Making key connections

Turner, who described herself as having a “black thumb,” said she is satisfied ironing out the behind-the-scenes details to make potato growers successful.

“I am more than happy to work on the legislative and the regulatory and the marketing needs of the industry so that growers can do what they do best, because I really appreciate being able to go to the store and have potatoes and potato chips and potato products,” she said.

A key to advancing the potato industry is proving tangible evidence of its value, Turner said, which was the genesis of February’s economic impact report.

“We’re going to need to convince some people that the industry is worth investing in,” she said. “You can’t do that if you can’t show them how much the industry is worth. We really needed some statistics and some information to basically go to the bank and be like: ‘Here’s the things we have for collateral. We want you to invest in us.’”

Turner’s appreciation of agriculture was ingrained early. Her great-grandparents, grandparents and parents farmed, and her semi-retired father still helps friends with harvests and monitors agricultural commodity trading, she said.

2024 Spudwoman of the Year Kelly Turner is executive director of the Michigan Potato Industry Commission. Photo by Doug Milligan Photography.

“I have a base understanding of agronomy and the language,” she said. ”I think we forget that we talk differently than the general public does. They don’t really have an understanding of where their food comes from. As we continue to get generations away from knowing grandpa who had a farm or anyone in the family who does anything with farming, I think that’s going to become more and more of a challenge.”
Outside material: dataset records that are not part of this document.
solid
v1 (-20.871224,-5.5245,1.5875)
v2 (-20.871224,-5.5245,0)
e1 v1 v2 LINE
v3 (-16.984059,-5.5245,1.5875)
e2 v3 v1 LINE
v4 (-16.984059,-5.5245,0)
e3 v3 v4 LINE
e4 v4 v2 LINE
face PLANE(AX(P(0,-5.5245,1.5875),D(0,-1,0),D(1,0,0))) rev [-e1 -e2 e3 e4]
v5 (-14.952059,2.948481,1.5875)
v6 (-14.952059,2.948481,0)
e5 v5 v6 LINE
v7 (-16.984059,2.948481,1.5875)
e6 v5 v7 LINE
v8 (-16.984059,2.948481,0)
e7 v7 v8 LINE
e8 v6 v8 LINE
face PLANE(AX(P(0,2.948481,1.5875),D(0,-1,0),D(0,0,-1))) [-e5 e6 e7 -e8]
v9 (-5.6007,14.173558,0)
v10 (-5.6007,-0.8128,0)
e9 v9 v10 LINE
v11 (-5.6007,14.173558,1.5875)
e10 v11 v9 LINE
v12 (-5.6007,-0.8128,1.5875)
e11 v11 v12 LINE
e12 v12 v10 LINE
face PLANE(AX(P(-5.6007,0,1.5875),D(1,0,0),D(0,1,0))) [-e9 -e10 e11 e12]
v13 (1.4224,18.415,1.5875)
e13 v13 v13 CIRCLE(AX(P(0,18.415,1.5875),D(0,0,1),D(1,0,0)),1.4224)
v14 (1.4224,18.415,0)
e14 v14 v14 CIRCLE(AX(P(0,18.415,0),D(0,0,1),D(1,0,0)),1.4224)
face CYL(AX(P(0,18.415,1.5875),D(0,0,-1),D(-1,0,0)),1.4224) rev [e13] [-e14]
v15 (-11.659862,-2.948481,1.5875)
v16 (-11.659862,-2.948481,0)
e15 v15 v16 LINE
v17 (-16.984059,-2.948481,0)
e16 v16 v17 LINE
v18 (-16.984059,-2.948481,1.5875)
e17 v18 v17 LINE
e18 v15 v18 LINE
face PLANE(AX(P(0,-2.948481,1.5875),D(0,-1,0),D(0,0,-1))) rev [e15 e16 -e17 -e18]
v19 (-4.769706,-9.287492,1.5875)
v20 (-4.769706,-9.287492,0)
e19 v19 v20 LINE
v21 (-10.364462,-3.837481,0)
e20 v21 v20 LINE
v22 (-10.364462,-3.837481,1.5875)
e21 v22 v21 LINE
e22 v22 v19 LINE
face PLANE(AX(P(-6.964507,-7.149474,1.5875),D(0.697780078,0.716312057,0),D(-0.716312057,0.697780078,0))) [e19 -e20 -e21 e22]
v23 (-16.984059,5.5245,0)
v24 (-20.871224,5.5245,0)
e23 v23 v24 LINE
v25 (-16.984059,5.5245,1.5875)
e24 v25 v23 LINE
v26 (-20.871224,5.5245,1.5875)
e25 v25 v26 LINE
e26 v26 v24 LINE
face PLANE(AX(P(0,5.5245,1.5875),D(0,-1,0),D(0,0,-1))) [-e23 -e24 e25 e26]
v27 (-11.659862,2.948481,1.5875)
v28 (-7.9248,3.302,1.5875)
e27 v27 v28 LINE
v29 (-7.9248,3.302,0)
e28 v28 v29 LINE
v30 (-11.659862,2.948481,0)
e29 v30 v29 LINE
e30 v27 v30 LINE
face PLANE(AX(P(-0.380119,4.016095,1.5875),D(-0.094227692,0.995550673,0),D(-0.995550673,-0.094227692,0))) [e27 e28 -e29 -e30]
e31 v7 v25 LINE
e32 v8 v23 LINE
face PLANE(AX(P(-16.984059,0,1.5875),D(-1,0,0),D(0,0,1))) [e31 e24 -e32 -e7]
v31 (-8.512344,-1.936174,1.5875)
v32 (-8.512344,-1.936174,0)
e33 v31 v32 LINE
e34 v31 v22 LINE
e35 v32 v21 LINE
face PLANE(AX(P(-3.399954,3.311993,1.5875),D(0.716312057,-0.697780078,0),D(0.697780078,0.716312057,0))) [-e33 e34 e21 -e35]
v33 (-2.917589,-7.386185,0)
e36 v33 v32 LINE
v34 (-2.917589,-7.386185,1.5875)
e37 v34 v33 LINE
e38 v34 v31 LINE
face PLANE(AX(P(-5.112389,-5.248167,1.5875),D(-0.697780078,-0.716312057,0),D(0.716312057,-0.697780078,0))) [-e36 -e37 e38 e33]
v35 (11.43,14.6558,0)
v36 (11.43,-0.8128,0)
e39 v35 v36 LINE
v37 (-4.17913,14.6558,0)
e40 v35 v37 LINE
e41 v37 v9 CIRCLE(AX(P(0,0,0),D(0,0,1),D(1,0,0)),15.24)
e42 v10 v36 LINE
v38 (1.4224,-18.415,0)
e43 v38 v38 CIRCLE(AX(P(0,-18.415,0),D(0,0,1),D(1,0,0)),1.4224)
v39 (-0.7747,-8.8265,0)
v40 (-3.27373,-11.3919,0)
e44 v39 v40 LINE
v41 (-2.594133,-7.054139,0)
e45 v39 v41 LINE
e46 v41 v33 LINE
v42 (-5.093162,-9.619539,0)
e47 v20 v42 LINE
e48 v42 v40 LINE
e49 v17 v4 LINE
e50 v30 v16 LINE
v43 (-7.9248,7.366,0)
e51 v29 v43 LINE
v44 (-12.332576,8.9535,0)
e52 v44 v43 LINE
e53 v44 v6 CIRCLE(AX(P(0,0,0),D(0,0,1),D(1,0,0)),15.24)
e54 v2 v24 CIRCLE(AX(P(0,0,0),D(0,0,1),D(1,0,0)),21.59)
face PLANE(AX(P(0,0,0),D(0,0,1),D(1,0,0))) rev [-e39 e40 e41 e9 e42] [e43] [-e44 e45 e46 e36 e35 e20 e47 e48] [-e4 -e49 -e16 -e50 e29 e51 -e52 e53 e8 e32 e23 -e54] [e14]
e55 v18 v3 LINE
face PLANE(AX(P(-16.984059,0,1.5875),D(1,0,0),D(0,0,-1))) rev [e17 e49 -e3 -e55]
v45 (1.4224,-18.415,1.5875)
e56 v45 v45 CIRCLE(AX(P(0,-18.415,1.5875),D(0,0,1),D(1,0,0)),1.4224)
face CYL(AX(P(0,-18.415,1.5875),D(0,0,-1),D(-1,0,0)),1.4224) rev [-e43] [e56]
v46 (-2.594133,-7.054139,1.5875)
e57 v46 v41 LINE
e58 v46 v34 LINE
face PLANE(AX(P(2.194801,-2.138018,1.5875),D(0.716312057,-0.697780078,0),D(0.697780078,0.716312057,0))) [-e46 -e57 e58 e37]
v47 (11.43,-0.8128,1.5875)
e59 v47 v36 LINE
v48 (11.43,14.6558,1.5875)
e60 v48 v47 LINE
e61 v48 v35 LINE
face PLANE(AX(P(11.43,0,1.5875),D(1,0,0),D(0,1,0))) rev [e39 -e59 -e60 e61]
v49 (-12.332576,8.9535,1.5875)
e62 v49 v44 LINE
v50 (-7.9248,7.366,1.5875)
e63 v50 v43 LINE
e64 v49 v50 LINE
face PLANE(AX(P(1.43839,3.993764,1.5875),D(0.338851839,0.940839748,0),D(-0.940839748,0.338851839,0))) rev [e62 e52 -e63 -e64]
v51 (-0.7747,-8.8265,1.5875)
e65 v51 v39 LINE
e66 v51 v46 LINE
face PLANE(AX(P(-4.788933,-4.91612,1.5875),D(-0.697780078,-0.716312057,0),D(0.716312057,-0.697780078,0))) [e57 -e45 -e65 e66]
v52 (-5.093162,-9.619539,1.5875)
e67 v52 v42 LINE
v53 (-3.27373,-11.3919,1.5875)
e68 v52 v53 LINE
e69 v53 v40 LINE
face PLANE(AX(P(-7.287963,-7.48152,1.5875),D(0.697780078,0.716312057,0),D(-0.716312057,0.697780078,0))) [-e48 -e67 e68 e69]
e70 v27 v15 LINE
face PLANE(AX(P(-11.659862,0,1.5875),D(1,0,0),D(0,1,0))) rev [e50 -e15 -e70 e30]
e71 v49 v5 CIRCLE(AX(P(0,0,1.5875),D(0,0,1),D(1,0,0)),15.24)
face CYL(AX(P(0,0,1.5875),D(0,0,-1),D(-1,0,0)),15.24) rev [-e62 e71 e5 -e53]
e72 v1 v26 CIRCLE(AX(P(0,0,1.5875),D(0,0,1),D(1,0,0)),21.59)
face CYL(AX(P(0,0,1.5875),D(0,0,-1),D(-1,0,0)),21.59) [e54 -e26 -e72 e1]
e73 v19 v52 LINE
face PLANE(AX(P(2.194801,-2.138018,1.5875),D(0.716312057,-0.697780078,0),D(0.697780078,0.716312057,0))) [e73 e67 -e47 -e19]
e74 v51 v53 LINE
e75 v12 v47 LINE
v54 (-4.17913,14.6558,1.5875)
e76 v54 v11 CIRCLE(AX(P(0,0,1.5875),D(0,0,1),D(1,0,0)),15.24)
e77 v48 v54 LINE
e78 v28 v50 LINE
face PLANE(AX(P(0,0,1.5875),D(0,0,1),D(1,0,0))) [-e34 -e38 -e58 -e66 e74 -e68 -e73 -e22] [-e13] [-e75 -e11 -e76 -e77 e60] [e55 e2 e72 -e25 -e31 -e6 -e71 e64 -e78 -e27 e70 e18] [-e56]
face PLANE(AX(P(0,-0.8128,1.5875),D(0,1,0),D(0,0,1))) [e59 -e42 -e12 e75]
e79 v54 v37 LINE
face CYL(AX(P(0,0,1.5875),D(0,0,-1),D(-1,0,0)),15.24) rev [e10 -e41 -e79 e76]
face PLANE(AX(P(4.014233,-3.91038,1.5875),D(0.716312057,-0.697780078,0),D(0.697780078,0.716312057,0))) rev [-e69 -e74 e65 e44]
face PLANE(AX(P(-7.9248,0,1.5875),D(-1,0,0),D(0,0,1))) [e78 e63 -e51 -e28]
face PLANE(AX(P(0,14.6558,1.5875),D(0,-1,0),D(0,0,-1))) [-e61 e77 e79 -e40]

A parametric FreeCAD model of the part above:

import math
import FreeCAD as App
import Part
import Sketcher

V = App.Vector
Q = App.Units.Quantity

doc = App.newDocument("Part")
body = doc.addObject("PartDesign::Body", "Body")

sketch1 = body.newObject("Sketcher::SketchObject", "Sketch")
sketch1.AttachmentSupport = (doc.getObject("XY_Plane"), [""])
sketch1.MapMode = "FlatFace"
sketch1.addGeometry(Part.LineSegment(V(-7.92, 3.3, 0), V(-11.66, 2.95, 0)), False)
sketch1.addGeometry(Part.LineSegment(V(-11.66, 2.95, 0), V(-11.66, -2.95, 0)), False)
sketch1.addGeometry(Part.LineSegment(V(-11.66, -2.95, 0), V(-16.98, -2.95, 0)), False)
sketch1.addGeometry(Part.LineSegment(V(-16.98, -2.95, 0), V(-16.98, -5.52, 0)), False)
sketch1.addGeometry(Part.LineSegment(V(-16.98, -5.52, 0), V(-20.87, -5.52, 0)), False)
sketch1.addGeometry(Part.ArcOfCircle(Part.Circle(V(0, 0, 0), V(0, 0, 1), 21.59), math.radians(-165), math.radians(165)), False)
sketch1.addGeometry(Part.LineSegment(V(-20.87, 5.52, 0), V(-16.98, 5.52, 0)), False)
sketch1.addGeometry(Part.LineSegment(V(-16.98, 5.52, 0), V(-16.98, 2.95, 0)), False)
sketch1.addGeometry(Part.LineSegment(V(-16.98, 2.95, 0), V(-14.95, 2.95, 0)), False)
sketch1.addGeometry(Part.ArcOfCircle(Part.Circle(V(0, 0, 0), V(0, 0, 1), 15.24), math.radians(144), math.radians(169)), False)
sketch1.addGeometry(Part.LineSegment(V(-12.33, 8.95, 0), V(-7.92, 7.37, 0)), False)
sketch1.addGeometry(Part.LineSegment(V(-7.92, 7.37, 0), V(-7.92, 3.3, 0)), False)
sketch1.addGeometry(Part.Circle(V(0, -18.41, 0), V(0, 0, 1), 1.42), False)
sketch1.addGeometry(Part.LineSegment(V(-4.77, -9.29, 0), V(-10.36, -3.84, 0)), False)
sketch1.addGeometry(Part.LineSegment(V(-10.36, -3.84, 0), V(-8.51, -1.94, 0)), False)
sketch1.addGeometry(Part.LineSegment(V(-8.51, -1.94, 0), V(-2.92, -7.39, 0)), False)
sketch1.addGeometry(Part.LineSegment(V(-2.92, -7.39, 0), V(-2.59, -7.05, 0)), False)
sketch1.addGeometry(Part.LineSegment(V(-2.59, -7.05, 0), V(-0.77, -8.83, 0)), False)
sketch1.addGeometry(Part.LineSegment(V(-0.77, -8.83, 0), V(-3.27, -11.39, 0)), False)
sketch1.addGeometry(Part.LineSegment(V(-3.27, -11.39, 0), V(-5.09, -9.62, 0)), False)
sketch1.addGeometry(Part.LineSegment(V(-5.09, -9.62, 0), V(-4.77, -9.29, 0)), False)
sketch1.addGeometry(Part.Circle(V(0, 18.41, 0), V(0, 0, 1), 1.42), False)
sketch1.addGeometry(Part.LineSegment(V(-4.18, 14.66, 0), V(11.43, 14.66, 0)), False)
sketch1.addGeometry(Part.LineSegment(V(11.43, 14.66, 0), V(11.43, -0.81, 0)), False)
sketch1.addGeometry(Part.LineSegment(V(11.43, -0.81, 0), V(-5.6, -0.81, 0)), False)
sketch1.addGeometry(Part.LineSegment(V(-5.6, -0.81, 0), V(-5.6, 14.17, 0)), False)
sketch1.addGeometry(Part.ArcOfCircle(Part.Circle(V(0, 0, 0), V(0, 0, 1), 15.24), math.radians(105.92), math.radians(111.56)), False)
sketch1.addConstraint(Sketcher.Constraint("Coincident", 0, 2, 1, 1))
sketch1.addConstraint(Sketcher.Constraint("Coincident", 1, 2, 2, 1))
sketch1.addConstraint(Sketcher.Constraint("Coincident", 2, 2, 3, 1))
sketch1.addConstraint(Sketcher.Constraint("Coincident", 3, 2, 4, 1))
sketch1.addConstraint(Sketcher.Constraint("Coincident", 4, 2, 5, 1))
sketch1.addConstraint(Sketcher.Constraint("Coincident", 5, 2, 6, 1))
sketch1.addConstraint(Sketcher.Constraint("Coincident", 6, 2, 7, 1))
sketch1.addConstraint(Sketcher.Constraint("Coincident", 7, 2, 8, 1))
sketch1.addConstraint(Sketcher.Constraint("Coincident", 8, 2, 9, 2))
sketch1.addConstraint(Sketcher.Constraint("Coincident", 9, 1, 10, 1))
sketch1.addConstraint(Sketcher.Constraint("Coincident", 10, 2, 11, 1))
sketch1.addConstraint(Sketcher.Constraint("Coincident", 11, 2, 0, 1))
sketch1.addConstraint(Sketcher.Constraint("Coincident", 13, 2, 14, 1))
sketch1.addConstraint(Sketcher.Constraint("Coincident", 14, 2, 15, 1))
sketch1.addConstraint(Sketcher.Constraint("Coincident", 15, 2, 16, 1))
sketch1.addConstraint(Sketcher.Constraint("Coincident", 16, 2, 17, 1))
sketch1.addConstraint(Sketcher.Constraint("Coincident", 17, 2, 18, 1))
sketch1.addConstraint(Sketcher.Constraint("Coincident", 18, 2, 19, 1))
sketch1.addConstraint(Sketcher.Constraint("Coincident", 19, 2, 20, 1))
sketch1.addConstraint(Sketcher.Constraint("Coincident", 20, 2, 13, 1))
sketch1.addConstraint(Sketcher.Constraint("Coincident", 22, 2, 23, 1))
sketch1.addConstraint(Sketcher.Constraint("Coincident", 23, 2, 24, 1))
sketch1.addConstraint(Sketcher.Constraint("Coincident", 24, 2, 25, 1))
sketch1.addConstraint(Sketcher.Constraint("Coincident", 25, 2, 26, 2))
sketch1.addConstraint(Sketcher.Constraint("Coincident", 26, 1, 22, 1))
sketch1.addConstraint(Sketcher.Constraint("Vertical", 1))
sketch1.addConstraint(Sketcher.Constraint("Horizontal", 2))
sketch1.addConstraint(Sketcher.Constraint("Vertical", 3))
sketch1.addConstraint(Sketcher.Constraint("Horizontal", 4))
sketch1.addConstraint(Sketcher.Constraint("Horizontal", 6))
sketch1.addConstraint(Sketcher.Constraint("Vertical", 7))
sketch1.addConstraint(Sketcher.Constraint("Horizontal", 8))
sketch1.addConstraint(Sketcher.Constraint("Vertical", 11))
sketch1.addConstraint(Sketcher.Constraint("Horizontal", 22))
sketch1.addConstraint(Sketcher.Constraint("Vertical", 23))
sketch1.addConstraint(Sketcher.Constraint("Horizontal", 24))
sketch1.addConstraint(Sketcher.Constraint("Vertical", 25))
sketch1.addConstraint(Sketcher.Constraint("Coincident", 5, 3, -1, 1))
sketch1.addConstraint(Sketcher.Constraint("Coincident", 9, 3, -1, 1))
sketch1.addConstraint(Sketcher.Constraint("Coincident", 26, 3, -1, 1))
sketch1.addConstraint(Sketcher.Constraint("Equal", 12, 21))
sketch1.addConstraint(Sketcher.Constraint("Equal", 9, 26))
sketch1.addConstraint(Sketcher.Constraint("Symmetric", 12, 3, 21, 3, -1, 1))
sketch1.addConstraint(Sketcher.Constraint("Symmetric", 3, 2, 6, 2, -1))
sketch1.addConstraint(Sketcher.Constraint("PointOnObject", 12, 3, -2))
sketch1.addConstraint(Sketcher.Constraint("Perpendicular", 13, 14))
sketch1.addConstraint(Sketcher.Constraint("Perpendicular", 14, 15))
The oldest of three sisters, Turner worked the fields and attended equipment sales alongside her father. But what was second nature to her turned some heads when she joined MPIC.

Turner remembered walking into a national meeting soon after taking the job. More than a hundred people filled the room — most of them men.

Walking to dinner later, Turner overheard a comment made by an older man.

“One of them said: ‘Well, if they were going to hire a woman, at least they could’ve hired someone who was easy on the eyes,’” Turner said. “Obviously it stuck with me, because I remember it, but I kept thinking to myself, well, I’m going to outwork anybody here, and I’m going to ensure that I’m showing my value to the folks who have believed in me enough to put me in this position.”

Turning that experience into an empowering moment exemplified what Turner sees as one of her most important roles: bridging gaps and fostering communication between agricultural stakeholders, including regulatory agencies that oversee research funding and farmers who feed their communities.

“Helping people to understand the ag community has helped me to excel,” she said. “They’re my people. I come from the same culture. I’m cut from the same cloth.”